What a doll he is. I want to kiss his little belly!


----------



## *Chloe* (Feb 6, 2006)

aww hes gorgeous, lovely bed


----------



## cocochihuahua (Jun 2, 2006)

Kenzie has the most adorable face!!!


----------



## Brodysmom (Jan 8, 2009)

Cute Kenzie! Love it. He looks so relaxed. And happy!

Brodysmom


----------



## MndaNGmoe (Oct 20, 2009)

what a cute bed! hes loving it.


----------



## Chiboymom (Jul 8, 2009)

Kenzie looks very content in his new bed...he is such a little ham bone, posing so cute with his paws just so. Makes you want to kiss him.


----------



## Dazy Mae (Aug 10, 2008)

Oh you can tell he loves it!!! That is so sweet! Pretty colors on the bed!


----------



## *Tricia* (Dec 1, 2007)

What a nice bed, and a really gorgeous pup!! He looks very happy with his present.


----------



## Terri (Aug 21, 2009)

Aww Kenzie looks like such a happy wee boy!
Love his new bed. x


----------



## KayC (May 3, 2005)

I think he loves it..He is just to cute.


----------



## pigeonsheep (Nov 8, 2008)

love the bed kenzie! whats in it though? o_o


----------



## Skyla (Aug 18, 2009)

Chiboymom said:


> Kenzie looks very content in his new bed...he is such a little ham bone, posing so cute with his paws just so. Makes you want to kiss him.

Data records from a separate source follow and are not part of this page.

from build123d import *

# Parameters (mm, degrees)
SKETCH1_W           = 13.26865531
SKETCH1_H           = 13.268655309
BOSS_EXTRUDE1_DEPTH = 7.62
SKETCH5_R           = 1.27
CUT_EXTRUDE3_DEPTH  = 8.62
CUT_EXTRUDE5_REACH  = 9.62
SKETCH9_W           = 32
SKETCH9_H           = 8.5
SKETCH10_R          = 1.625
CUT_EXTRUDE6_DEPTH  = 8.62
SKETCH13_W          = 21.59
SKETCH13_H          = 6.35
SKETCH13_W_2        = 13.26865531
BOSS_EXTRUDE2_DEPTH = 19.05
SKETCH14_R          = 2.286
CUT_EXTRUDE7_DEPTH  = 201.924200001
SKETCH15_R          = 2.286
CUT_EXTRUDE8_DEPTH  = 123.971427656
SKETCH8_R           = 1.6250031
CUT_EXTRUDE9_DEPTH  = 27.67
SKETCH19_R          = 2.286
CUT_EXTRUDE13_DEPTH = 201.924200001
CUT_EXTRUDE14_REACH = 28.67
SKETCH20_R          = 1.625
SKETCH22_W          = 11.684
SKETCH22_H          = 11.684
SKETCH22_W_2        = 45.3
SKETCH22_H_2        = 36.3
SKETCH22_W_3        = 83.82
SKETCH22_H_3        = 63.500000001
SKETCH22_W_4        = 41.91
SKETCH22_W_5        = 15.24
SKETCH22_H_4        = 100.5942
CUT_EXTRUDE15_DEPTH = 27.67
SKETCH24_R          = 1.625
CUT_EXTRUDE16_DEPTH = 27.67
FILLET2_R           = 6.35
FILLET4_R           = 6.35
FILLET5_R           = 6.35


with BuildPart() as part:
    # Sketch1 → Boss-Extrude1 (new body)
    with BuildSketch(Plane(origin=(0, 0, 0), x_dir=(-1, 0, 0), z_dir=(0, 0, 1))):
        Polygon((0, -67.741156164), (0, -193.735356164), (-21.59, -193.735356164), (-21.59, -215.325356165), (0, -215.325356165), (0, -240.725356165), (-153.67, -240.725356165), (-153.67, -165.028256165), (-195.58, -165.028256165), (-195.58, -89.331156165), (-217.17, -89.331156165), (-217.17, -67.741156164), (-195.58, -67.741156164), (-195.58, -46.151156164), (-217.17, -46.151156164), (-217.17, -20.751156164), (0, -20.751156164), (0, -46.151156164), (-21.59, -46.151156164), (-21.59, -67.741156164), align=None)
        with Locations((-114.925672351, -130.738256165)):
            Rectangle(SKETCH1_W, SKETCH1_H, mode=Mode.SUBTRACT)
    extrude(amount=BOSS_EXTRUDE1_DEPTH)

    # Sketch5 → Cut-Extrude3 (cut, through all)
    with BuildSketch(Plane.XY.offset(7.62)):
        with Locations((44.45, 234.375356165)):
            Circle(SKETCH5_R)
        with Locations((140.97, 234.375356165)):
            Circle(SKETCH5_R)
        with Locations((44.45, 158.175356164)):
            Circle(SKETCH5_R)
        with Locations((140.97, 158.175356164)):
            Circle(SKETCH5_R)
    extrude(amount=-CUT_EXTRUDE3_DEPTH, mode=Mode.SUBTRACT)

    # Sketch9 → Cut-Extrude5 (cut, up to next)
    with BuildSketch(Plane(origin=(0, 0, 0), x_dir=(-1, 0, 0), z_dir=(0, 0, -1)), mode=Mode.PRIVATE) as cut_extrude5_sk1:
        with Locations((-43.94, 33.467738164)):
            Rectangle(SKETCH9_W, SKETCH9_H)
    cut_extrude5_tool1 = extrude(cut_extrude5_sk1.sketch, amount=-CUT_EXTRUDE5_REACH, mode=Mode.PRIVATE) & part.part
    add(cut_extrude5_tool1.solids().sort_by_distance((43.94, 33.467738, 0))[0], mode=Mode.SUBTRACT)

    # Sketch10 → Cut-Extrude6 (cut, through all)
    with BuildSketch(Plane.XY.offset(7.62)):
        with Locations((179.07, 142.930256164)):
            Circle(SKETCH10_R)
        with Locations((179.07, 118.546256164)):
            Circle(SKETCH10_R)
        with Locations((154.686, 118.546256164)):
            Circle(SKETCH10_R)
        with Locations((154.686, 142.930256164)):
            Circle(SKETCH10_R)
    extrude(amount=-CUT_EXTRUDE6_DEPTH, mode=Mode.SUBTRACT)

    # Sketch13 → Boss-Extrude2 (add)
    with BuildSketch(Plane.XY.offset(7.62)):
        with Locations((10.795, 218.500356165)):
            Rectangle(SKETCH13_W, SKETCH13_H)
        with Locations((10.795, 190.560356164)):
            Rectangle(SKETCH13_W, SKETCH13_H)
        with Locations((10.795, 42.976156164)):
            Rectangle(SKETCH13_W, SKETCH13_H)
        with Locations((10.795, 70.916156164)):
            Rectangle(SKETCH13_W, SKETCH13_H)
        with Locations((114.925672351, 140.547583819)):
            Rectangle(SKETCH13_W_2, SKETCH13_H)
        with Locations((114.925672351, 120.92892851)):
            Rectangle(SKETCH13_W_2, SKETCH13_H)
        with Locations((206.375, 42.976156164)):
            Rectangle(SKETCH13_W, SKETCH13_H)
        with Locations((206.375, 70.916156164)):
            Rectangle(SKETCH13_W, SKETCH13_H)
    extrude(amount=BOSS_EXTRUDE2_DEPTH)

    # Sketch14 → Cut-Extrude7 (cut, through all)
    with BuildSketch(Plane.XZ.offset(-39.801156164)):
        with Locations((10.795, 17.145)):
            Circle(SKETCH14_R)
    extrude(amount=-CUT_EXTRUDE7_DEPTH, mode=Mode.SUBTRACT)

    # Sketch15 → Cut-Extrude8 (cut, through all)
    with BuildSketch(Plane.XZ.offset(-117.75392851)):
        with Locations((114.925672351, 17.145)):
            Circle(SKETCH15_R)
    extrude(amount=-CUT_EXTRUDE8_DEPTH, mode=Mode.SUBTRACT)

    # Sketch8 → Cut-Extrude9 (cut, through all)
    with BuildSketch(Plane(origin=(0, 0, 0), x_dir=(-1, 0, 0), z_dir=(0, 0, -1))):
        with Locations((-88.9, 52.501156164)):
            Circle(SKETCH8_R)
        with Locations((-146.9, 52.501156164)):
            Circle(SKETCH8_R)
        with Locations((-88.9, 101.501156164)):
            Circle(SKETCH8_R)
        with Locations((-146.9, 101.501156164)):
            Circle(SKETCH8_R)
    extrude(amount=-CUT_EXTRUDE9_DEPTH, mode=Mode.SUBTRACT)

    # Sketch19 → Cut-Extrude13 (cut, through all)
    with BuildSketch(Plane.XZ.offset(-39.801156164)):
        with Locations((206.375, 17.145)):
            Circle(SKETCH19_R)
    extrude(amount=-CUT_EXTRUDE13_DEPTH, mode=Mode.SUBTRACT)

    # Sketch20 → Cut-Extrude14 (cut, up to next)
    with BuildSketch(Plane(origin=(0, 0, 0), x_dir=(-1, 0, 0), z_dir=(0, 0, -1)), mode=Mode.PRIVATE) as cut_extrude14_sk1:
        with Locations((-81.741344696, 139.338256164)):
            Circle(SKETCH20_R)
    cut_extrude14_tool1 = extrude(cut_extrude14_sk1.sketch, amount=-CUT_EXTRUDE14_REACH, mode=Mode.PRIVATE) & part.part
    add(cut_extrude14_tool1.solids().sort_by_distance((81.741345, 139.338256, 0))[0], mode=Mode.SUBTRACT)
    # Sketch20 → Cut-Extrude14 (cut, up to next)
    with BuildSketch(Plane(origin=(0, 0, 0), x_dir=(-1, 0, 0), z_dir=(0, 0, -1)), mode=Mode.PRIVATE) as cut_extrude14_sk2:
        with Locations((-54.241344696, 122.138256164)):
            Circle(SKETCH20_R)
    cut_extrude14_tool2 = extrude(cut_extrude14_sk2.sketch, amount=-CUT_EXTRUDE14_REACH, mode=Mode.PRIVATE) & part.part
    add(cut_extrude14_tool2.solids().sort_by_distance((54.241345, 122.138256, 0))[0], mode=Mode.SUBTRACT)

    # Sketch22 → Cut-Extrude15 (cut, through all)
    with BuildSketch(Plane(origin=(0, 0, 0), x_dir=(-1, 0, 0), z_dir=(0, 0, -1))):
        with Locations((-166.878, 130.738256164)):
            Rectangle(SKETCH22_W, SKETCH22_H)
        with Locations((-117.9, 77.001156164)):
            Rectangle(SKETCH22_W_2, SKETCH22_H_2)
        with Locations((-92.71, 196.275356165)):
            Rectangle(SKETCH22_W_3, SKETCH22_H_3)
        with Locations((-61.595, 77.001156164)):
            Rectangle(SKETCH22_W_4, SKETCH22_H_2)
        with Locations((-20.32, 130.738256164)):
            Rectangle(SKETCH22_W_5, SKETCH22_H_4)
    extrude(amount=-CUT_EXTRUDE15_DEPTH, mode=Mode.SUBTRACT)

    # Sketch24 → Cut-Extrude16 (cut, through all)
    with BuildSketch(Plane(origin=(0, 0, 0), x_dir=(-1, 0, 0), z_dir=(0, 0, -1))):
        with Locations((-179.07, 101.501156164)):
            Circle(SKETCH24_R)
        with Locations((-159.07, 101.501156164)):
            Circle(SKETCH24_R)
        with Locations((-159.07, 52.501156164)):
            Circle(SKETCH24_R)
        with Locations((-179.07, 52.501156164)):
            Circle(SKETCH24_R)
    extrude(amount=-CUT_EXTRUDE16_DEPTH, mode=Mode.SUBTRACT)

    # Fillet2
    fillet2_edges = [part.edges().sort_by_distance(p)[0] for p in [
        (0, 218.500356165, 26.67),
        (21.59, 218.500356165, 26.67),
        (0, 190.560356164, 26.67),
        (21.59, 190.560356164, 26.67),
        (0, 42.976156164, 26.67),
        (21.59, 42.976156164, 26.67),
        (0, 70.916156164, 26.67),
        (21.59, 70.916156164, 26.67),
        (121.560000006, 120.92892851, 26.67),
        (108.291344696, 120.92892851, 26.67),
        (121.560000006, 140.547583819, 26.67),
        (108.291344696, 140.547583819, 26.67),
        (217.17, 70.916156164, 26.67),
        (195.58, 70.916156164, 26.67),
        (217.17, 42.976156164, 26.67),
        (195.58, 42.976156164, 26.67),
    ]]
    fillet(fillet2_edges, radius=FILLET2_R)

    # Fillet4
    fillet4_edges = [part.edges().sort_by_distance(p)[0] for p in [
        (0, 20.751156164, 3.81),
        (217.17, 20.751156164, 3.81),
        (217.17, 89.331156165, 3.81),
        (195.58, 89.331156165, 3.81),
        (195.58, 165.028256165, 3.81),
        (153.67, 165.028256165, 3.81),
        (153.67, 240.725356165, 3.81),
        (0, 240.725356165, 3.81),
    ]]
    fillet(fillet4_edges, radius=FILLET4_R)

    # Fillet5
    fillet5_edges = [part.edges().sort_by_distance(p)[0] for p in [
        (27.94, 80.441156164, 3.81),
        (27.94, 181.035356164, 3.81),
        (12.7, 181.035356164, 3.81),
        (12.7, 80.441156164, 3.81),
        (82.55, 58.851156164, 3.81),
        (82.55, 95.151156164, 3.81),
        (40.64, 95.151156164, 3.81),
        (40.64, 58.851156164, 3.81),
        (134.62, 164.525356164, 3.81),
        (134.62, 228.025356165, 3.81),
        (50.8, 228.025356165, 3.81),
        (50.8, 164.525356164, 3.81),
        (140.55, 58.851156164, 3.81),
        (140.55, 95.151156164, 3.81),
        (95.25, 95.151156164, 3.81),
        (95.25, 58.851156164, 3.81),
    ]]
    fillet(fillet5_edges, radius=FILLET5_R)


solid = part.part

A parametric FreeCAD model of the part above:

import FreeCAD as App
import Part
import Sketcher
Q = App.Units.Quantity


def edges_at(feature, points):
    """Names of the edges that pass closest to the given points."""
    edges = feature.Shape.Edges
    near = lambda p: min(range(len(edges)), key=lambda i: edges[i].distToShape(Part.Vertex(*p))[0])
    return sorted({f"Edge{near(p) + 1}" for p in points})


def add_polygon(sketch, points):
    """Adds a closed chain of lines whose ends are joined by coincident constraints."""
    first, n = sketch.GeometryCount, len(points)
    for a, b in zip(points, points[1:] + points[:1]):
        sketch.addGeometry(Part.LineSegment(App.Vector(*a, 0), App.Vector(*b, 0)), False)
    for i in range(n):
        sketch.addConstraint(Sketcher.Constraint("Coincident", first + i, 2, first + (i + 1) % n, 1))

doc = App.newDocument("Part")
params = doc.addObject("Spreadsheet::Sheet", "Params")
for row, (alias, value) in enumerate([
    ("sketch1_height", "1 in"),
    ("sketch1_width", "0.85 in"),
    ("sketch1_width2", "8.55 in"),
    ("sketch1_width3", "1.65 in"),
    ("pad1_length", "0.3 in"),
    ("sketch2_diameter", "0.1 in"),
    ("sketch5_width", "0.85 in"),
    ("sketch5_height", "0.25 in"),
    ("pad2_length", "0.75 in"),
    ("sketch6_diameter", "0.18 in"),
    ("sketch7_diameter", "0.18 in"),
    ("sketch9_diameter", "0.18 in"),
    ("sketch12_width", "3.3 in"),
    ("sketch12_width2", "0.6 in"),
    ("sketch12_height", "2.5 in"),
    ("sketch12_width3", "0.46 in"),
    ("sketch12_width4", "1.65 in"),
    ("fillet_radius", "0.25 in"),
    ("fillet2_radius", "0.25 in"),
    ("fillet3_radius", "0.25 in"),
], start=1):
    params.set(f"A{row}", alias)
    params.set(f"B{row}", "=" + value)
    params.setAlias(f"B{row}", alias)

body = doc.addObject("PartDesign::Body", "Body")

# Sketch on XY plane
sketch1 = body.newObject("Sketcher::SketchObject", "Sketch")
sketch1.AttachmentSupport = (doc.getObject("XY_Plane"), [""])
sketch1.MapMode = "FlatFace"
add_polygon(sketch1, [(0, 194), (0, 68), (22, 68), (22, 46), (0, 46), (0, 21), (217, 21), (217, 46), (196, 46), (196, 68), (217, 68), (217, 89), (196, 89), (196, 165), (154, 165), (154, 241), (0, 241), (0, 215), (22, 215), (22, 194)])  # lines 0-19
add_polygon(sketch1, [(122, 137), (122, 124), (108, 124), (108, 137)])  # lines 20-23
sketch1.addConstraint(Sketcher.Constraint("Vertical", 0))
sketch1.addConstraint(Sketcher.Constraint("Horizontal", 1))
sketch1.addConstraint(Sketcher.Constraint("Vertical", 2))
sketch1.addConstraint(Sketcher.Constraint("Horizontal", 3))
sketch1.addConstraint(Sketcher.Constraint("Vertical", 4))
sketch1.addConstraint(Sketcher.Constraint("Horizontal", 5))
sketch1.addConstraint(Sketcher.Constraint("Vertical", 6))
sketch1.addConstraint(Sketcher.Constraint("Horizontal", 7))
sketch1.addConstraint(Sketcher.Constraint("Vertical", 8))
sketch1.addConstraint(Sketcher.Constraint("Horizontal", 9))
sketch1.addConstraint(Sketcher.Constraint("Vertical", 10))
sketch1.addConstraint(Sketcher.Constraint("Horizontal", 11))
sketch1.addConstraint(Sketcher.Constraint("Vertical", 12))
sketch1.addConstraint(Sketcher.Constraint("Horizontal", 13))
sketch1.addConstraint(Sketcher.Constraint("Vertical", 14))
sketch1.addConstraint(Sketcher.Constraint("Horizontal", 15))
sketch1.addConstraint(Sketcher.Constraint("Vertical", 16))
sketch1.addConstraint(Sketcher.Constraint("Horizontal", 17))
sketch1.addConstraint(Sketcher.Constraint("Vertical", 18))
sketch1.addConstraint(Sketcher.Constraint("Horizontal", 19))
sketch1.addConstraint(Sketcher.Constraint("Vertical", 20))
sketch1.addConstraint(Sketcher.Constraint("Horizontal", 21))
sketch1.addConstraint(Sketcher.Constraint("Vertical", 22))
sketch1.addConstraint(Sketcher.Constraint("Horizontal", 23))
sketch1.addConstraint(Sketcher.Constraint("PointOnObject", 0, 2, -2))
sketch1.addConstraint(Sketcher.Constraint("PointOnObject", 3, 2, -2))
sketch1.addConstraint(Sketcher.Constraint("PointOnObject", 15, 2, -2))
sketch1.addConstraint(Sketcher.Constraint("Horizontal", 3, 2, 6, 2))
sketch1.addConstraint(Sketcher.Constraint("Horizontal", 1, 2, 8, 2))
sketch1.addConstraint(Sketcher.Constraint("Vertical", 6, 2, 9, 2))
sketch1.addConstraint(Sketcher.Constraint("Vertical", 8, 2, 11, 2))
sketch1.addConstraint(Sketcher.Constraint("Vertical", 2, 2, 17, 2))
sketch1.addConstraint(Sketcher.Constraint("Equal", 3, 7))
sketch1.addConstraint(Sketcher.Constraint("Equal", 19, 2))
sketch1.addConstraint(Sketcher.Constraint("Equal", 8, 10))
sketch1.addConstraint(Sketcher.Constraint("Equal", 12, 14))
sketch1.addConstraint(Sketcher.Constraint("Equal", 6, 16))
sketch1.addConstraint(Sketcher.Constraint("Equal", 10, 18))
sketch1.addConstraint(Sketcher.Constraint("Equal", 23, 20))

A little ham bone??? lol that made me laugh 


Thanks all for your sweet comments, he really loves that bed 

Oh and Pige,.. the thing in his bed is a destroyed cew bone lol


----------



## 17428 (Jul 10, 2009)

Wow what a transformation!!
He is sucking the love and goodies up 
like a little love sponge!! He looks majorly happy!!


----------



## PixiePink (Jul 2, 2009)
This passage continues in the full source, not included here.